Bunda bungkam mendengar ucapannya. Dari balik pintu kamar, Iqbaal dan kedua adik kembarnya mendapati wajah Bunda tampak kesal. Kedua pipi beliau memerah karena sudah kehabisan rasa sabar menghadapi Ayah. Ini sudah hal paling parah yang dilakukan suaminya kepada keluarga.

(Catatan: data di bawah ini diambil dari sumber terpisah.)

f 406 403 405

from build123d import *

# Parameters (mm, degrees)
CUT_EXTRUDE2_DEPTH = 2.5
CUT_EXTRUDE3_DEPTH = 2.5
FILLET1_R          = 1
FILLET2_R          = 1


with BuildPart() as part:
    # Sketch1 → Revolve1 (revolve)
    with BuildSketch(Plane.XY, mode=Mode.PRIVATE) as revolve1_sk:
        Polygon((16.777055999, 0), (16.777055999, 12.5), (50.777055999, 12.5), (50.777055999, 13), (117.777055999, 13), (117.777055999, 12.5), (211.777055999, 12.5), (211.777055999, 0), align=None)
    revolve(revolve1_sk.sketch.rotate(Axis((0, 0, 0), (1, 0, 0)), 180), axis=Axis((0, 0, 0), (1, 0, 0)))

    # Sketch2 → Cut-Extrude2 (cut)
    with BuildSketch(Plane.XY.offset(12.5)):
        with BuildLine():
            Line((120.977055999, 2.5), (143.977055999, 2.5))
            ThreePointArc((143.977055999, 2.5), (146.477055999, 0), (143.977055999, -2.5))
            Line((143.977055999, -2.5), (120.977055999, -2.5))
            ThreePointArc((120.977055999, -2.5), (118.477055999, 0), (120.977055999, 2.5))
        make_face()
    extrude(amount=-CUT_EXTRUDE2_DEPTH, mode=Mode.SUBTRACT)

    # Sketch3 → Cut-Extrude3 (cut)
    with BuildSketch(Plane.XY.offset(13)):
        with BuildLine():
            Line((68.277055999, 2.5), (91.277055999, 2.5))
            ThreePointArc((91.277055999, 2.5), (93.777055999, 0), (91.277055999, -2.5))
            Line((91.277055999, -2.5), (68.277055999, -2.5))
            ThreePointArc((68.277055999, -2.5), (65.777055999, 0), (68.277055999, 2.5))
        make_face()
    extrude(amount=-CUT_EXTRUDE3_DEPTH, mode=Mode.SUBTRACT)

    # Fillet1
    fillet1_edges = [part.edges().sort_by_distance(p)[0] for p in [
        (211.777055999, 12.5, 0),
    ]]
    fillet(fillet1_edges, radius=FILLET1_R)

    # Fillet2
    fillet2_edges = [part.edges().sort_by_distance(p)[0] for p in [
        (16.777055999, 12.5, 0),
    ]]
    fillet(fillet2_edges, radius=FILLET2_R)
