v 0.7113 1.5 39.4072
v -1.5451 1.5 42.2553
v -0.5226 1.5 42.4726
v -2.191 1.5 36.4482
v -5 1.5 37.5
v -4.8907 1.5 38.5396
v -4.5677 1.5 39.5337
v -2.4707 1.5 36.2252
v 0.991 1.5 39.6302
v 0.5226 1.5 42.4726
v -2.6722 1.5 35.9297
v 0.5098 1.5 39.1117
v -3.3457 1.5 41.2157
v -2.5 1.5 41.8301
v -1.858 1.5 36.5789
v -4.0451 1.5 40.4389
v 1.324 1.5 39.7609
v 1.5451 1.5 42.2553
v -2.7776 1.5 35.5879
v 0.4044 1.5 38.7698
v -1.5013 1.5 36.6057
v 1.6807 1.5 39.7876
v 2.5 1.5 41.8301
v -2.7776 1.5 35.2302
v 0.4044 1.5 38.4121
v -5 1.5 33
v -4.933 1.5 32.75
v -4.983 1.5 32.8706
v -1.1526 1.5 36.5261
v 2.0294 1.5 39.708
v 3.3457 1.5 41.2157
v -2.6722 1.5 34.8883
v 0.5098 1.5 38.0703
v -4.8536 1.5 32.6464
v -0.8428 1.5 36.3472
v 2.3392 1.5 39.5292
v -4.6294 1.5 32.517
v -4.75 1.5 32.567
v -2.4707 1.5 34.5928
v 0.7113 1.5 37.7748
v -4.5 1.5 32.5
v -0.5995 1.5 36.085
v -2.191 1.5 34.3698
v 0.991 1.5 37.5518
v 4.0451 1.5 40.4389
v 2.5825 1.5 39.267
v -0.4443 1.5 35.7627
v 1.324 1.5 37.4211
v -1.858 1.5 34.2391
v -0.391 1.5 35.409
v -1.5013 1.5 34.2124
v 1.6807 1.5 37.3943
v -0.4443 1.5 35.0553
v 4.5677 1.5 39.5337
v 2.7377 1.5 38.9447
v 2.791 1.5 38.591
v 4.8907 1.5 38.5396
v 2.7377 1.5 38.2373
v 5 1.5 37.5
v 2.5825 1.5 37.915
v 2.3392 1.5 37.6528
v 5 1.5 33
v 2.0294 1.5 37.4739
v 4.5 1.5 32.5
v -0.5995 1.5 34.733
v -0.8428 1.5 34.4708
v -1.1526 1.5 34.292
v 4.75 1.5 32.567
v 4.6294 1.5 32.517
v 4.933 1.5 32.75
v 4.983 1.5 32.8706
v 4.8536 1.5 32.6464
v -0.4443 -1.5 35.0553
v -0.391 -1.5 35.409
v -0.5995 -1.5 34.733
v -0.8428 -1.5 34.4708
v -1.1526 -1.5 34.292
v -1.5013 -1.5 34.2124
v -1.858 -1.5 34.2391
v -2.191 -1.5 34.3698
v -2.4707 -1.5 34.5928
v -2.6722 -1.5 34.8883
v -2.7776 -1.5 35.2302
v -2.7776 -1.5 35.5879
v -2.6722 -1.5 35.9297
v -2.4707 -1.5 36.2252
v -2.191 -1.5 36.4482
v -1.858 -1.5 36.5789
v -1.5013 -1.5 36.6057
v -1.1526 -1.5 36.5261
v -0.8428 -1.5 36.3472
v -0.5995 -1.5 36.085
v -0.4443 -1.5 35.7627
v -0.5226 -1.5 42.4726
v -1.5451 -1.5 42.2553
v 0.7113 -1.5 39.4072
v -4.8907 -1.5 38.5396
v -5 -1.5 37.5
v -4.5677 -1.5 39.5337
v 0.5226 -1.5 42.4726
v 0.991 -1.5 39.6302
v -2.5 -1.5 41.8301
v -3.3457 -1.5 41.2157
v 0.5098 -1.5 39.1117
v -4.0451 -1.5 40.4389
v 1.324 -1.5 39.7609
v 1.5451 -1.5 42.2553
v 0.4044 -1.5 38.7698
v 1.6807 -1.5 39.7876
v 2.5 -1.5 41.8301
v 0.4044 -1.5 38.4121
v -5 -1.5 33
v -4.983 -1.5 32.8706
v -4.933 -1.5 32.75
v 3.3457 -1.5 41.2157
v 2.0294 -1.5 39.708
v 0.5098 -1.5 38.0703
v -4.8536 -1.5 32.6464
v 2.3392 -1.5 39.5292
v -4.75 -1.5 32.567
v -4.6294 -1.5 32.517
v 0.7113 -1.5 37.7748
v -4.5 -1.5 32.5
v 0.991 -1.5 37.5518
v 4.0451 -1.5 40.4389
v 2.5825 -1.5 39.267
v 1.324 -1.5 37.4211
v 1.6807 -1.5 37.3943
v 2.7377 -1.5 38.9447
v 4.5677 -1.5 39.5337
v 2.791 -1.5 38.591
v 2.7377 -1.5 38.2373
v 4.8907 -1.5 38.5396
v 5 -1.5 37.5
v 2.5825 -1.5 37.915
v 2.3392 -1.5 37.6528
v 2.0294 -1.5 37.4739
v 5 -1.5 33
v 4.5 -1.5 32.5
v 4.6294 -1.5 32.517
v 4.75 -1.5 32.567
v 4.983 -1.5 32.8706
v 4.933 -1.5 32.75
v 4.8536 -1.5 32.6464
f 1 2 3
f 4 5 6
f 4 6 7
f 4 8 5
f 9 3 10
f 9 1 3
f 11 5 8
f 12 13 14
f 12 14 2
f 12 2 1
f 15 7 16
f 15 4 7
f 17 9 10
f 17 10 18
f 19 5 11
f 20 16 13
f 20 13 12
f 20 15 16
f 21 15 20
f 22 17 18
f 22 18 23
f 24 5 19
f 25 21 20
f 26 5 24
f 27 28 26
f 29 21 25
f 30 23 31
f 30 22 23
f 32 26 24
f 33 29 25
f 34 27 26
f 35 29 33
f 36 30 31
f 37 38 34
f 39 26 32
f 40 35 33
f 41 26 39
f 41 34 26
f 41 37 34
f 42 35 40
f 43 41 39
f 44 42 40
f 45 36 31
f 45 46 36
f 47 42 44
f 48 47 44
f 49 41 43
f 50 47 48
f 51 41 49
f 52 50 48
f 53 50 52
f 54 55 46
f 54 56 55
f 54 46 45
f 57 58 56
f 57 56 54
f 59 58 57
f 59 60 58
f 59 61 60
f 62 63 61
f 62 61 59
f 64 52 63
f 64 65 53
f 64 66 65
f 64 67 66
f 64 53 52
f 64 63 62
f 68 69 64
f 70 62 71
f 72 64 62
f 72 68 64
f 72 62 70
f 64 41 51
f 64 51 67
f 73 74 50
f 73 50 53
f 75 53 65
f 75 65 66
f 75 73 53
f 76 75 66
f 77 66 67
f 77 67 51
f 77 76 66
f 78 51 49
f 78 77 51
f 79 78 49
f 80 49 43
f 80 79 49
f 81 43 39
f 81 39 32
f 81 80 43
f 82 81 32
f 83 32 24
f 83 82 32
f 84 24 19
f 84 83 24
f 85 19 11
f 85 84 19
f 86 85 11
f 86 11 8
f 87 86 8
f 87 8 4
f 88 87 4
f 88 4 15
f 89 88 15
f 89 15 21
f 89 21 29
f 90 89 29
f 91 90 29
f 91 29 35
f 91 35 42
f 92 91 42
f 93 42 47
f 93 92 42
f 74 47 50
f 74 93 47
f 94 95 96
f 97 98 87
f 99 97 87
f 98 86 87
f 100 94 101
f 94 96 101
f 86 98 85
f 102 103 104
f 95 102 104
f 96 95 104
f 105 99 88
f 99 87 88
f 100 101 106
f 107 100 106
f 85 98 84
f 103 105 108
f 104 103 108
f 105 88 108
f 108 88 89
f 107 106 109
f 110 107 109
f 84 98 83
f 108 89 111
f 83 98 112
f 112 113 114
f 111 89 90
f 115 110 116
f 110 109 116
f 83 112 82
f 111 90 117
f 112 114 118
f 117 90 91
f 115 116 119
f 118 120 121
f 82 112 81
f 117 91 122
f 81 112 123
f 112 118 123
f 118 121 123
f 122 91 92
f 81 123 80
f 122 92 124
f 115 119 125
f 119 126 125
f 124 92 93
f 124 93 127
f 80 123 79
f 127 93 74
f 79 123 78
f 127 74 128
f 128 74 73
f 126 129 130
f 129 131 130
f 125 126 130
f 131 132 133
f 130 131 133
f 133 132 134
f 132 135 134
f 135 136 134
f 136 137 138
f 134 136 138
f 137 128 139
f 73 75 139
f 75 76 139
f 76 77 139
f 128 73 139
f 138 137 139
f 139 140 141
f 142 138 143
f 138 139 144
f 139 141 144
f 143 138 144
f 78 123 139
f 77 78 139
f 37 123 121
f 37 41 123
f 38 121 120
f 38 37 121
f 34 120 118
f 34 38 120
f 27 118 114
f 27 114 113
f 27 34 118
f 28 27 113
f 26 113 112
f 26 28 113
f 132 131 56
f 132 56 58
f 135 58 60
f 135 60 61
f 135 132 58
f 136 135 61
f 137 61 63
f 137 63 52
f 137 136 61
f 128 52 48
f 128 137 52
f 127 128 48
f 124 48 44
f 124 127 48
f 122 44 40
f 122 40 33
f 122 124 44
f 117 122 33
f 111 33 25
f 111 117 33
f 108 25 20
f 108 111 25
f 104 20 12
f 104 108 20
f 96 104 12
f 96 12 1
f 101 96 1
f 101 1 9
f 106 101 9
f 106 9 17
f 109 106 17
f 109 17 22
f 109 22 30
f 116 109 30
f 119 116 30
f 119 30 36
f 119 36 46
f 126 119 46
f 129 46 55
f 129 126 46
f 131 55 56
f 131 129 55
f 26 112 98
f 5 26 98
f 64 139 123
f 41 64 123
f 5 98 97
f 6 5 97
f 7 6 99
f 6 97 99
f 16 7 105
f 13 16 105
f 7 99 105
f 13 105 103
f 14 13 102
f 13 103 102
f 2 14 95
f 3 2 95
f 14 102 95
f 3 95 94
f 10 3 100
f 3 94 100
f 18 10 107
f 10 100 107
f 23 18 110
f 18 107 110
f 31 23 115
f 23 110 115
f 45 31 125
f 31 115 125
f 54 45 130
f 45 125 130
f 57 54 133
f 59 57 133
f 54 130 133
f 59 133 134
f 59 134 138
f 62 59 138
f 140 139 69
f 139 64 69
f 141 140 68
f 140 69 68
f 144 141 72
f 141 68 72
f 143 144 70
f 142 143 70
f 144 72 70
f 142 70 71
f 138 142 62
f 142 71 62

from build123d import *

# Parameters (mm, degrees)
STOCK_U_HANDLE_1_START     = -1.5
STOCK_U_HANDLE_1_OUTLINE_R = 1.2
STOCK_U_HANDLE_1_DEPTH     = 3
FILLET1_R                  = 0.5


# Read off the part's stored shape, not the designer's step: Stock-u-handle-1
with BuildPart() as part:
    # Stock-u-handle-1 outline → Stock-u-handle-1 (new body)
    with BuildSketch(Plane(origin=(0, 0, 0), x_dir=(1, 0, 0), z_dir=(0, 1, 0)).offset(STOCK_U_HANDLE_1_START)):
        with BuildLine():
            Line((5, -32.5), (-5, -32.5))
            Line((-5, -32.5), (-5, -37.5))
            ThreePointArc((-5, -37.5), (0, -42.5), (5, -37.5))
            Line((5, -37.5), (5, -32.5))
        make_face()
        with Locations((1.590990258, -38.590990258)):
            Circle(STOCK_U_HANDLE_1_OUTLINE_R, mode=Mode.SUBTRACT)
        with Locations((-1.590990258, -35.409009742)):
            Circle(STOCK_U_HANDLE_1_OUTLINE_R, mode=Mode.SUBTRACT)
    extrude(amount=STOCK_U_HANDLE_1_DEPTH)

    # Fillet1
    fillet1_edges = [part.edges().sort_by_distance(p)[0] for p in [
        (-5, 0, 32.5),
        (5, 0, 32.5),
    ]]
    fillet(fillet1_edges, radius=FILLET1_R)


solid = part.part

Iqbaal tahu Bunda tak bisa menyangkal, ia pernah mendengar Bunda mengatakan itu di salah satu pertengkarannya dengan Ayah dulu. Pasalnya, dia sudah terlalu kesal dengan Ayah yang selalu sibuk bekerja di mana saja yang dia mau tanpa menghiraukan keluarganya. Iqbaal dan kedua adiknya bahkan hampir tak mempunyai waktu untuk bertemu dengan Ayah mereka sendiri karena terlalu sibuk mengurus pekerjaan.
Faktanya, Bunda juga bekerja di sebuah perusahaan, beliau hanya bertemu anak-anaknya ketika ia menjemputnya di siang hari dan memberikan mereka makan siang. Kemudian, ia langsung kembali bekerja sampai sore hari. Selama ia bekerja, Iqbaal sendiri yang bertanggung jawab untuk menjaga adik-adiknya, karena dia adalah anak sulung.
“Sudah mengerti, kan? Sekarang aku hanya tinggal membereskan bajuku. Aku akan pergi malam ini juga,” kata Ayah berbalik badan dan pergi menuju kamarnya. Namun, sebelum ia sempat memegang gagang pintu kamarnya, ia bersuara lagi. “Oh ya, aku juga akan membawa Bastian bersamaku.”
“Apa?!” kata Bunda syok. “Hei, kau tak bisa—“ Sebelum Bunda selesai berbicara, Ayah sudah menghilang di balik pintu.
Iqbaal memeluk erat kedua adiknya yang terus meremas bajunya dengan kuat. Mereka berdua tampak ketakutan mendengar pembicaraan tersebut. Apalagi Bastian, salah satu adiknya yang disebut-sebut Ayah tadi. Setelah bertahun-tahun bertengkar di balik hadapan mereka bertiga, akhirnya puncak pertengkaran telah tiba. Hari ini.
Setelah Iqbaal memastikan tak ada lagi pertengkaran yang terjadi di luar, ia membuka pintu kamarnya pelan-pelan dan menatap Bunda yang hanya bisa meneteskan air mata di tempat. Ia tampak kaget melihat ketiga anaknya telah berdiri di depan kamar menatapnya.
“Kalian...” kata Bunda lirih menatap anak-anaknya.
“Bunda, Bastian tak ingin ikut Ayah.” kata adik kecilnya yang berambut keriting itu. Ia langsung menghampiri Bunda dan memeluk beliau sambil menangis. Iqbaal dan Aldi, saudara kembar Bastian, hanya bisa menatap peristiwa itu dengan tatapan iba.
Bunda juga tetap mengunci mulutnya. Ia sendiri tak tahu harus berbicara apa untuk membuat anak bungsunya itu tenang kembali. Ayah begitu keras kepala, ia sudah lelah menghadapinya. Kalaupun ia mencoba melawan permintaan suaminya itu, tak akan membuat Bastian bisa tetap di sini bersama mereka. Tak lebih dari dua jam lagi, Bastian tetap harus angkat kaki dari rumah.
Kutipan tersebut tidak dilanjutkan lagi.